Stored data:
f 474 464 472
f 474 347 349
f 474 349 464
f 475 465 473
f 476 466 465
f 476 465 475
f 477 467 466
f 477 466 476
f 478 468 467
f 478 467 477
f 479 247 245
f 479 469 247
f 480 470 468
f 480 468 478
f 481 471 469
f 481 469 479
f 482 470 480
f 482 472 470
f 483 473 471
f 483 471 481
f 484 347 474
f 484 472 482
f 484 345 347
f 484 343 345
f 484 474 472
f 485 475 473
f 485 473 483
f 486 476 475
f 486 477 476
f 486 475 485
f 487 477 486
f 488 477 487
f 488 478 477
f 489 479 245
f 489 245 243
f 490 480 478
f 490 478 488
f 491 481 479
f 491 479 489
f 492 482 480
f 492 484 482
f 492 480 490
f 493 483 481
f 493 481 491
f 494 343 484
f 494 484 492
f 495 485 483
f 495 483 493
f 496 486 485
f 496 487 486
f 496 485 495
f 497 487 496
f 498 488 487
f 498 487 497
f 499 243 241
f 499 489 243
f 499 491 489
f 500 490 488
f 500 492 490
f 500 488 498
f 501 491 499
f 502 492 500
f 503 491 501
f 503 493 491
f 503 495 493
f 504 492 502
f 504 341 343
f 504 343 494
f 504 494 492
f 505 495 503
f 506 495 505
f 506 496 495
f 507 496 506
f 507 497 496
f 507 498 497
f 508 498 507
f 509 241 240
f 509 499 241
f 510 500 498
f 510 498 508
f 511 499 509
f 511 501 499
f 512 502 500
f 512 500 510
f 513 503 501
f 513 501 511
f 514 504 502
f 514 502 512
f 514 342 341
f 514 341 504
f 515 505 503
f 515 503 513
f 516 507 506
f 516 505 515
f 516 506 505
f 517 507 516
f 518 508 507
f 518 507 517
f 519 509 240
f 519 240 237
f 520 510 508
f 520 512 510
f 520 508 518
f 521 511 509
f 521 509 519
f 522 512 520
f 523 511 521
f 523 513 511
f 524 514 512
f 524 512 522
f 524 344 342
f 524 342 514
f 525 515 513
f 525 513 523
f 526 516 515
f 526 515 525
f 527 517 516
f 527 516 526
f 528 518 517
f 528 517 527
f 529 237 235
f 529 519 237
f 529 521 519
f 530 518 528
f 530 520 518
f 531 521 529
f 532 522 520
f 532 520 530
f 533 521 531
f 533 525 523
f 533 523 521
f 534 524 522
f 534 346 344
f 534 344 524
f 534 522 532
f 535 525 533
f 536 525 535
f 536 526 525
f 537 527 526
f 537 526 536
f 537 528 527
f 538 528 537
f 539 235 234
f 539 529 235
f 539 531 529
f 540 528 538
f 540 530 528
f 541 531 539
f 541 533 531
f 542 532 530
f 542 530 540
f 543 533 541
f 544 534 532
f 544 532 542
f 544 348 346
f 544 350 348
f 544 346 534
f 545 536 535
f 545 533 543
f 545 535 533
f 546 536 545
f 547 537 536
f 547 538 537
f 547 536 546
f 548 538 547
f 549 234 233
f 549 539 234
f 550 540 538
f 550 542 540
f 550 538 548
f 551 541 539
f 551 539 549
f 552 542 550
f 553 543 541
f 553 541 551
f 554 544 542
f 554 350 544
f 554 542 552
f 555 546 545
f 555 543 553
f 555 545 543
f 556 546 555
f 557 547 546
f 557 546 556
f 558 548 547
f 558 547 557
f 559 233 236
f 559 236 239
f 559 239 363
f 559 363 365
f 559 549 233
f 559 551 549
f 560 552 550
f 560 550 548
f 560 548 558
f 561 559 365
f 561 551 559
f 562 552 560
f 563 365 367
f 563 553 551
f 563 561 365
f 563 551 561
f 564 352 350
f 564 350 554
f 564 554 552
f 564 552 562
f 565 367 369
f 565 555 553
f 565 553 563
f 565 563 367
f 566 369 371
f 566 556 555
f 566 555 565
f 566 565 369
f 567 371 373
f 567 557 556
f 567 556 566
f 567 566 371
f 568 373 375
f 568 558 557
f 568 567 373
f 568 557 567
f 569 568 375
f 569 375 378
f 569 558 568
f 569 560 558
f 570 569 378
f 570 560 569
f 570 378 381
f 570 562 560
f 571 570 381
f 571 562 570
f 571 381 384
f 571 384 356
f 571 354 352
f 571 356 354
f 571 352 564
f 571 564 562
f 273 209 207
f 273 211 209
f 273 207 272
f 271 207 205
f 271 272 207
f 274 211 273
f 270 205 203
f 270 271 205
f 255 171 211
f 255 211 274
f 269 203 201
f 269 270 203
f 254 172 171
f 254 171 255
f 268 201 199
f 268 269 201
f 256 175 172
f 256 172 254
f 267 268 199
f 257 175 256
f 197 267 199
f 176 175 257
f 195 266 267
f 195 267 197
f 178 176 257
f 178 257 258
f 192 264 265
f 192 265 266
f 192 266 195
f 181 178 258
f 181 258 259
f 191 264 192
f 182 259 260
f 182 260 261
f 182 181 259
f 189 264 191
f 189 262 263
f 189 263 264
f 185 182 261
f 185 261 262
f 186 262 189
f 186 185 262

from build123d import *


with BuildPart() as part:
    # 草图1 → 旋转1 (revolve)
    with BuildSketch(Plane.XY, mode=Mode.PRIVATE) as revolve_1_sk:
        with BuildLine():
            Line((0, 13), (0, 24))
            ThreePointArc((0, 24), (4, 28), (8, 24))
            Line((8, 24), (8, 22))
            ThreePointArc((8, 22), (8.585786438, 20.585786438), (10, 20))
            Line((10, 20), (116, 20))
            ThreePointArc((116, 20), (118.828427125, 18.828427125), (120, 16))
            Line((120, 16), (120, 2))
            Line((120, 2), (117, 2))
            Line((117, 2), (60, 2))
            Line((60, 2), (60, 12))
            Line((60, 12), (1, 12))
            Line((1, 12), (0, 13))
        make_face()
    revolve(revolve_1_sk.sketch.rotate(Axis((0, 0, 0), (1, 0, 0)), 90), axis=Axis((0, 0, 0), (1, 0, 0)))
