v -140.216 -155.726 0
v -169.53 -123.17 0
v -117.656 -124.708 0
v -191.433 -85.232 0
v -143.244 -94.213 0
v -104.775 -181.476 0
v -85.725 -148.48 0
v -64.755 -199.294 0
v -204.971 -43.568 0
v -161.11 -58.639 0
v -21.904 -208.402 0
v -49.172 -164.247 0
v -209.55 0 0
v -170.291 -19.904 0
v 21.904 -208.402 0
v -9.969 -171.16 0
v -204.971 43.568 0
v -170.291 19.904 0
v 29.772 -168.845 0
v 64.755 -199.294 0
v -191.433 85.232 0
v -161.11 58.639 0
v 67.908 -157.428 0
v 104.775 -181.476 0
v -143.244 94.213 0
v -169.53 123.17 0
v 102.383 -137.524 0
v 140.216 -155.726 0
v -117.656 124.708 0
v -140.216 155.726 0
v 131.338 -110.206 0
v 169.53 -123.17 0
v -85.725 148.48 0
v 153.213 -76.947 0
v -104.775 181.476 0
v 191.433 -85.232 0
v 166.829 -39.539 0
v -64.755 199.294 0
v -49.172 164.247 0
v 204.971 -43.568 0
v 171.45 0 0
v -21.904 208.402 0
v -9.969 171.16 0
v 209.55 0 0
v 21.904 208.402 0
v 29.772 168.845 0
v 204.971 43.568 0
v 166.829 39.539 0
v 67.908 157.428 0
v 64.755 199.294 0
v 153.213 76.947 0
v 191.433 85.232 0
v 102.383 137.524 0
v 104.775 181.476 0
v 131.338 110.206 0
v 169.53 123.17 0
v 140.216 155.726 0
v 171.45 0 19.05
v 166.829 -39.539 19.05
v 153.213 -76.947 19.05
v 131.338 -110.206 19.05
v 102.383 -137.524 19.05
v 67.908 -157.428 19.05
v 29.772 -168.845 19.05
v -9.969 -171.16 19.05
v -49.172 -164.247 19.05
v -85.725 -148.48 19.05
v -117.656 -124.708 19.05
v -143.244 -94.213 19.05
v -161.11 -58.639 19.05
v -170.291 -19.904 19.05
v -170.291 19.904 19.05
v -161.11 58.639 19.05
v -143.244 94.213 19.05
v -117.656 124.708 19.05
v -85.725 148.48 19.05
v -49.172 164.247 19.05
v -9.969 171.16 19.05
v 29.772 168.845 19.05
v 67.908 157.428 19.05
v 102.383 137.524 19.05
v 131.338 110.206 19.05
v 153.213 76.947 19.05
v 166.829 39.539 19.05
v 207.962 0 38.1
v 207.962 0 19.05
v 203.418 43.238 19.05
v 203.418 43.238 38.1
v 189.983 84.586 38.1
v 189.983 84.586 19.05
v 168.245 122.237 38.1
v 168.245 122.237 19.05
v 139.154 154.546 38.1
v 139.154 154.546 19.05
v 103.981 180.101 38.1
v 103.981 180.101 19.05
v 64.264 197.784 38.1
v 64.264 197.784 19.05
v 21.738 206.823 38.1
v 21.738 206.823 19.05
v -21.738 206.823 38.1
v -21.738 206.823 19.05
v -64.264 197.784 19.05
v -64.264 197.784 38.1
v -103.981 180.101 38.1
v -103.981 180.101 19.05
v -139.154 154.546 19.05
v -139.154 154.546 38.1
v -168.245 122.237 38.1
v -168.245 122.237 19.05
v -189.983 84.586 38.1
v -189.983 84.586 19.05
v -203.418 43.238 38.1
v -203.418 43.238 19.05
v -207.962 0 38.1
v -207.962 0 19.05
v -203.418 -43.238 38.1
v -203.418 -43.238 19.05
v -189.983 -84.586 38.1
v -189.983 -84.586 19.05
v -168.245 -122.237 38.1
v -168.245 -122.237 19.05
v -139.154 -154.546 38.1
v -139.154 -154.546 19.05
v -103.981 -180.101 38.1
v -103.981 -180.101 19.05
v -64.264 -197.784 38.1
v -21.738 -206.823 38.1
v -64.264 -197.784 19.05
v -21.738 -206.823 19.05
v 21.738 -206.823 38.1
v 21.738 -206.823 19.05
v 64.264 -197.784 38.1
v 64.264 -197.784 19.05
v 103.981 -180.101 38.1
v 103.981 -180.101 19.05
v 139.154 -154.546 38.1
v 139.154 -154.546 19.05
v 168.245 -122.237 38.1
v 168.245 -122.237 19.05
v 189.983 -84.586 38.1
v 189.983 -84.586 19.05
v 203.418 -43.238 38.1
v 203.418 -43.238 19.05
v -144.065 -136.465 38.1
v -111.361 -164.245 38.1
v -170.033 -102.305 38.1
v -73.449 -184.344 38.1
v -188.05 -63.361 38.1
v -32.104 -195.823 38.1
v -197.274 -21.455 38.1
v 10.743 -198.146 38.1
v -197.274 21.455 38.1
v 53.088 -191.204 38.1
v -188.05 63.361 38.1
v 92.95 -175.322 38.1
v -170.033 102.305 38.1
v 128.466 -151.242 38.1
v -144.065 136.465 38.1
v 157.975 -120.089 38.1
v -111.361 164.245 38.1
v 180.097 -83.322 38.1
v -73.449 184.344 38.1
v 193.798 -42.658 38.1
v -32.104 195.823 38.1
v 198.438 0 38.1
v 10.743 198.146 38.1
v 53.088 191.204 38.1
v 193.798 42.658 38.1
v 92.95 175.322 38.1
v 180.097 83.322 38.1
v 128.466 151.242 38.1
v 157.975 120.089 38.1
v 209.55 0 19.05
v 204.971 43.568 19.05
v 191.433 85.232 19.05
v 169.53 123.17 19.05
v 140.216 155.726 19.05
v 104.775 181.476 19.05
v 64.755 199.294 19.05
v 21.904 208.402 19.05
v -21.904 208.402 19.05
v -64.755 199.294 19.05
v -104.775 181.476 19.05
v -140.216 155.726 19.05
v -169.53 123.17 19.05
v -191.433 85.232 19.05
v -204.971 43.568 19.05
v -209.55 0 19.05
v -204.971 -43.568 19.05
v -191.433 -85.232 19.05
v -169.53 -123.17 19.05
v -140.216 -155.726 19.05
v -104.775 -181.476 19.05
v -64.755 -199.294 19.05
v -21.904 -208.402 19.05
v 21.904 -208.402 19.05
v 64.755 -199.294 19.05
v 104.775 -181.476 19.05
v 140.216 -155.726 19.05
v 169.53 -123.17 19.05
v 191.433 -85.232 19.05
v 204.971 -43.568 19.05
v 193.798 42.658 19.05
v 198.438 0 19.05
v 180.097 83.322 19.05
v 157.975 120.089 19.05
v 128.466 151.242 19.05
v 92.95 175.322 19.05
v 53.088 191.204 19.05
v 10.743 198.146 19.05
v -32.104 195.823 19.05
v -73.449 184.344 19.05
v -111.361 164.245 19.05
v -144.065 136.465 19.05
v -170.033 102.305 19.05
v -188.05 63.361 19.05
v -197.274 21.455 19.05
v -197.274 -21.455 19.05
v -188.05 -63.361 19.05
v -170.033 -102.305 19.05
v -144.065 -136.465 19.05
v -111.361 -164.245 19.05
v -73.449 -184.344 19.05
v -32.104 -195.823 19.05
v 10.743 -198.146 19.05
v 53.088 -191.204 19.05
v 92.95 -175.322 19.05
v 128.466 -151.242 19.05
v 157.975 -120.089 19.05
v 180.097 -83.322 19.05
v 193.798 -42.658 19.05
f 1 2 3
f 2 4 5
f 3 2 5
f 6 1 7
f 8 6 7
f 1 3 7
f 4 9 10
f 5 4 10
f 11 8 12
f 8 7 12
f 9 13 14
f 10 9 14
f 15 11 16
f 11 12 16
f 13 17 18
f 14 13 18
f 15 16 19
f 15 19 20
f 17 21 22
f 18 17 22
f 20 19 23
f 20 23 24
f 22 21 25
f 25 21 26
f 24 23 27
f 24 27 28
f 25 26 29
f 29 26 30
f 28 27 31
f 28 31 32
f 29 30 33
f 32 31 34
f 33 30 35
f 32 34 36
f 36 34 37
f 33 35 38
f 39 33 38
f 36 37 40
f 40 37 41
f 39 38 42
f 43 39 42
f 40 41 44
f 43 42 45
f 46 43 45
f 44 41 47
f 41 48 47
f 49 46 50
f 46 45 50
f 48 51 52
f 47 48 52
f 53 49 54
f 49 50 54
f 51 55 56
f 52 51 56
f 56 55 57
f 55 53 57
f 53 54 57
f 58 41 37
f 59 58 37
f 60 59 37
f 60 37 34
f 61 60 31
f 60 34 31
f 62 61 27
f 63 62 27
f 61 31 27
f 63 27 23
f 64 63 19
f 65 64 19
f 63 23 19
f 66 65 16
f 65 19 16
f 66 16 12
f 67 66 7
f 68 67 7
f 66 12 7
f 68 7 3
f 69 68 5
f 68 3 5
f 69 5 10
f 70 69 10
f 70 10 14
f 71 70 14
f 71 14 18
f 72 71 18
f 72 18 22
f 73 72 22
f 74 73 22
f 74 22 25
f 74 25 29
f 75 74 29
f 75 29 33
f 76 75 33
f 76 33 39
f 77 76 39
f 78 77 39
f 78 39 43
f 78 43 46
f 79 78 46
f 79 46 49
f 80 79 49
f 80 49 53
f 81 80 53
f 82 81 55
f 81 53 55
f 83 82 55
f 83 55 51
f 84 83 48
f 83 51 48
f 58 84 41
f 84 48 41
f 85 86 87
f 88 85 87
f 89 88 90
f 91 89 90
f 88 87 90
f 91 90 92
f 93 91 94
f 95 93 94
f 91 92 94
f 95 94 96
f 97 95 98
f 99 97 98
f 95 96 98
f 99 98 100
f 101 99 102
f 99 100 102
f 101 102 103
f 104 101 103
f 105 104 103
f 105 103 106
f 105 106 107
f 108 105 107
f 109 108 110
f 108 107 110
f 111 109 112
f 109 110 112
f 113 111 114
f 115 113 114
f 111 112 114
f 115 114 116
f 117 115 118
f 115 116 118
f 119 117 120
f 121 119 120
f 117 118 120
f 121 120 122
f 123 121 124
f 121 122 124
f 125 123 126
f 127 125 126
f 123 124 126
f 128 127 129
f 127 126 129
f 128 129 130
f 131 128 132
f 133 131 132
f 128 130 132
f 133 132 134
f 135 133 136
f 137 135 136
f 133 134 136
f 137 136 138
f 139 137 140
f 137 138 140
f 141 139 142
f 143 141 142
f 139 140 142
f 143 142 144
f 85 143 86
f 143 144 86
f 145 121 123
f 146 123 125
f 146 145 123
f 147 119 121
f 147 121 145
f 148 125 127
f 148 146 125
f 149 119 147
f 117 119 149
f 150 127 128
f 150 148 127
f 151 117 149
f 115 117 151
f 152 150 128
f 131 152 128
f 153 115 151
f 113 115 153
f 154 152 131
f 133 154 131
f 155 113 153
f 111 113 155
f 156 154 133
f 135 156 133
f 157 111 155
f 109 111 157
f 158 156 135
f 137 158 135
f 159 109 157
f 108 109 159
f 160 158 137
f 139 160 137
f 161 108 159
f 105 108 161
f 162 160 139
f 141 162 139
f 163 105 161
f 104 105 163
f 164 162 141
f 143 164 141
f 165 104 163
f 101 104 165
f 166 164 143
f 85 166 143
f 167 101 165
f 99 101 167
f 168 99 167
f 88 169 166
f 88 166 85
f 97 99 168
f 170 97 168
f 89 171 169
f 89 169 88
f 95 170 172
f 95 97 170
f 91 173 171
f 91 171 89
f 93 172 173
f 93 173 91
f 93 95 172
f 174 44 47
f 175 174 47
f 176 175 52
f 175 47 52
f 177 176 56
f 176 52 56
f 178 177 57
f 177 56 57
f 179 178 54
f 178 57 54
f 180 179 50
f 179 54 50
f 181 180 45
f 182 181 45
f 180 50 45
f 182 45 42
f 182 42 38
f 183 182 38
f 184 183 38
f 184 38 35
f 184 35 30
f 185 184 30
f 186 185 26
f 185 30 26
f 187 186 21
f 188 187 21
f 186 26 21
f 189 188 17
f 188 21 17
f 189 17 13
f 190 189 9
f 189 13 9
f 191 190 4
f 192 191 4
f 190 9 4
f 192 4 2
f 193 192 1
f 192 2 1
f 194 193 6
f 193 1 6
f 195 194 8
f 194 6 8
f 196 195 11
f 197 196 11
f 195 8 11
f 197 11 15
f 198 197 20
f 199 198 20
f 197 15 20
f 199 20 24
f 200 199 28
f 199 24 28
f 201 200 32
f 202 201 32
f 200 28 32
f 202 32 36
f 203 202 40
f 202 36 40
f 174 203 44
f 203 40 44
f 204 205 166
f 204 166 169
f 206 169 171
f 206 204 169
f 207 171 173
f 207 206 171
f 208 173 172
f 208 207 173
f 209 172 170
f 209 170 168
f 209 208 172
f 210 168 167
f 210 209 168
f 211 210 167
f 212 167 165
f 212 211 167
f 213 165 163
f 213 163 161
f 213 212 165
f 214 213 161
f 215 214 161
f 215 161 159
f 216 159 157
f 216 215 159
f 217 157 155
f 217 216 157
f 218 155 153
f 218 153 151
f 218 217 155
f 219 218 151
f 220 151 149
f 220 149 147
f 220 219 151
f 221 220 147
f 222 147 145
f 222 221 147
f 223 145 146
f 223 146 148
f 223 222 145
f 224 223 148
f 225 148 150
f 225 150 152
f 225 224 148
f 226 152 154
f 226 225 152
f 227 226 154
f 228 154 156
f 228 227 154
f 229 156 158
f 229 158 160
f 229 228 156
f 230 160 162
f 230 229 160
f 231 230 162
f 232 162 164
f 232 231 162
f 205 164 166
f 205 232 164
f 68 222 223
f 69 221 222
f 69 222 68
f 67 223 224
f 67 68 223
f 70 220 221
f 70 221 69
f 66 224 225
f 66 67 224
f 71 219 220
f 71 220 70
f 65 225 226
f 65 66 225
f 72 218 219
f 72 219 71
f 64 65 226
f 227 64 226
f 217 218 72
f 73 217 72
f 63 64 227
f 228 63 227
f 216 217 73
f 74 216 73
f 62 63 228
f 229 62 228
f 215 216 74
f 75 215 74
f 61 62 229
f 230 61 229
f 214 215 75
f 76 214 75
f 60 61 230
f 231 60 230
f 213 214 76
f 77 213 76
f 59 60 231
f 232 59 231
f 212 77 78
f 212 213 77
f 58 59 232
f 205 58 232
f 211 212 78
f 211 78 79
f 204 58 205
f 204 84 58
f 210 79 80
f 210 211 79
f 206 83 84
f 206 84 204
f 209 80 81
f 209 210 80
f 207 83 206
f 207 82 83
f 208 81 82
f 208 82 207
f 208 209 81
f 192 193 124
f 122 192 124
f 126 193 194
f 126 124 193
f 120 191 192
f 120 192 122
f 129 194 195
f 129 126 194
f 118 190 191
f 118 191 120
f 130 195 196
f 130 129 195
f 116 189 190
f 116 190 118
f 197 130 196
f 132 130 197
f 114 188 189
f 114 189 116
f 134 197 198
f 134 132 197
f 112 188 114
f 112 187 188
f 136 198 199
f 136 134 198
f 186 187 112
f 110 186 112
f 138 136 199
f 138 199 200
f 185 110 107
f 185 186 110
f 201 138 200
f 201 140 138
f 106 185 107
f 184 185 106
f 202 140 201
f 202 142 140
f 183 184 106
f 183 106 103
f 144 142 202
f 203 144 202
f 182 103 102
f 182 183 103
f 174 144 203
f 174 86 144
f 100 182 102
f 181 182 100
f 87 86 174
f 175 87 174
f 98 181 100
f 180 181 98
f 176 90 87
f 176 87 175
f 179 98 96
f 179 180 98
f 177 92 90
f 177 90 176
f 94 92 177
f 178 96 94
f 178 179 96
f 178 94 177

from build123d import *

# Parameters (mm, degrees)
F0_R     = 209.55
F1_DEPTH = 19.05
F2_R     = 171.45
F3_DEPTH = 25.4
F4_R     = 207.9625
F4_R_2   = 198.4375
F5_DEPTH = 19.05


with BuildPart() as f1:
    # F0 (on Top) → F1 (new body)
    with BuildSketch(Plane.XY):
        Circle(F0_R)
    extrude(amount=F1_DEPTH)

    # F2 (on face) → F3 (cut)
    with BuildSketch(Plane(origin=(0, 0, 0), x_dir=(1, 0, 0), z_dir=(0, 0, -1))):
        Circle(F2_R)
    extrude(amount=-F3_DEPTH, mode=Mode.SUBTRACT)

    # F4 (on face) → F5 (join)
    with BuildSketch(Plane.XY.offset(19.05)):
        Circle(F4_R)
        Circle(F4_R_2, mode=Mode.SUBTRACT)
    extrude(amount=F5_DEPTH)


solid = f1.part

▶ What to work on
What you return must be an exact retyping of the lines above starting at the line with "f 499 489 243" and ending at the line with "f 520 508 518", and nothing besides.

▶ Completed exercise
f 499 489 243
f 499 491 489
f 500 490 488
f 500 492 490
f 500 488 498
f 501 491 499
f 502 492 500
f 503 491 501
f 503 493 491
f 503 495 493
f 504 492 502
f 504 341 343
f 504 343 494
f 504 494 492
f 505 495 503
f 506 495 505
f 506 496 495
f 507 496 506
f 507 497 496
f 507 498 497
f 508 498 507
f 509 241 240
f 509 499 241
f 510 500 498
f 510 498 508
f 511 499 509
f 511 501 499
f 512 502 500
f 512 500 510
f 513 503 501
f 513 501 511
f 514 504 502
f 514 502 512
f 514 342 341
f 514 341 504
f 515 505 503
f 515 503 513
f 516 507 506
f 516 505 515
f 516 506 505
f 517 507 516
f 518 508 507
f 518 507 517
f 519 509 240
f 519 240 237
f 520 510 508
f 520 512 510
f 520 508 518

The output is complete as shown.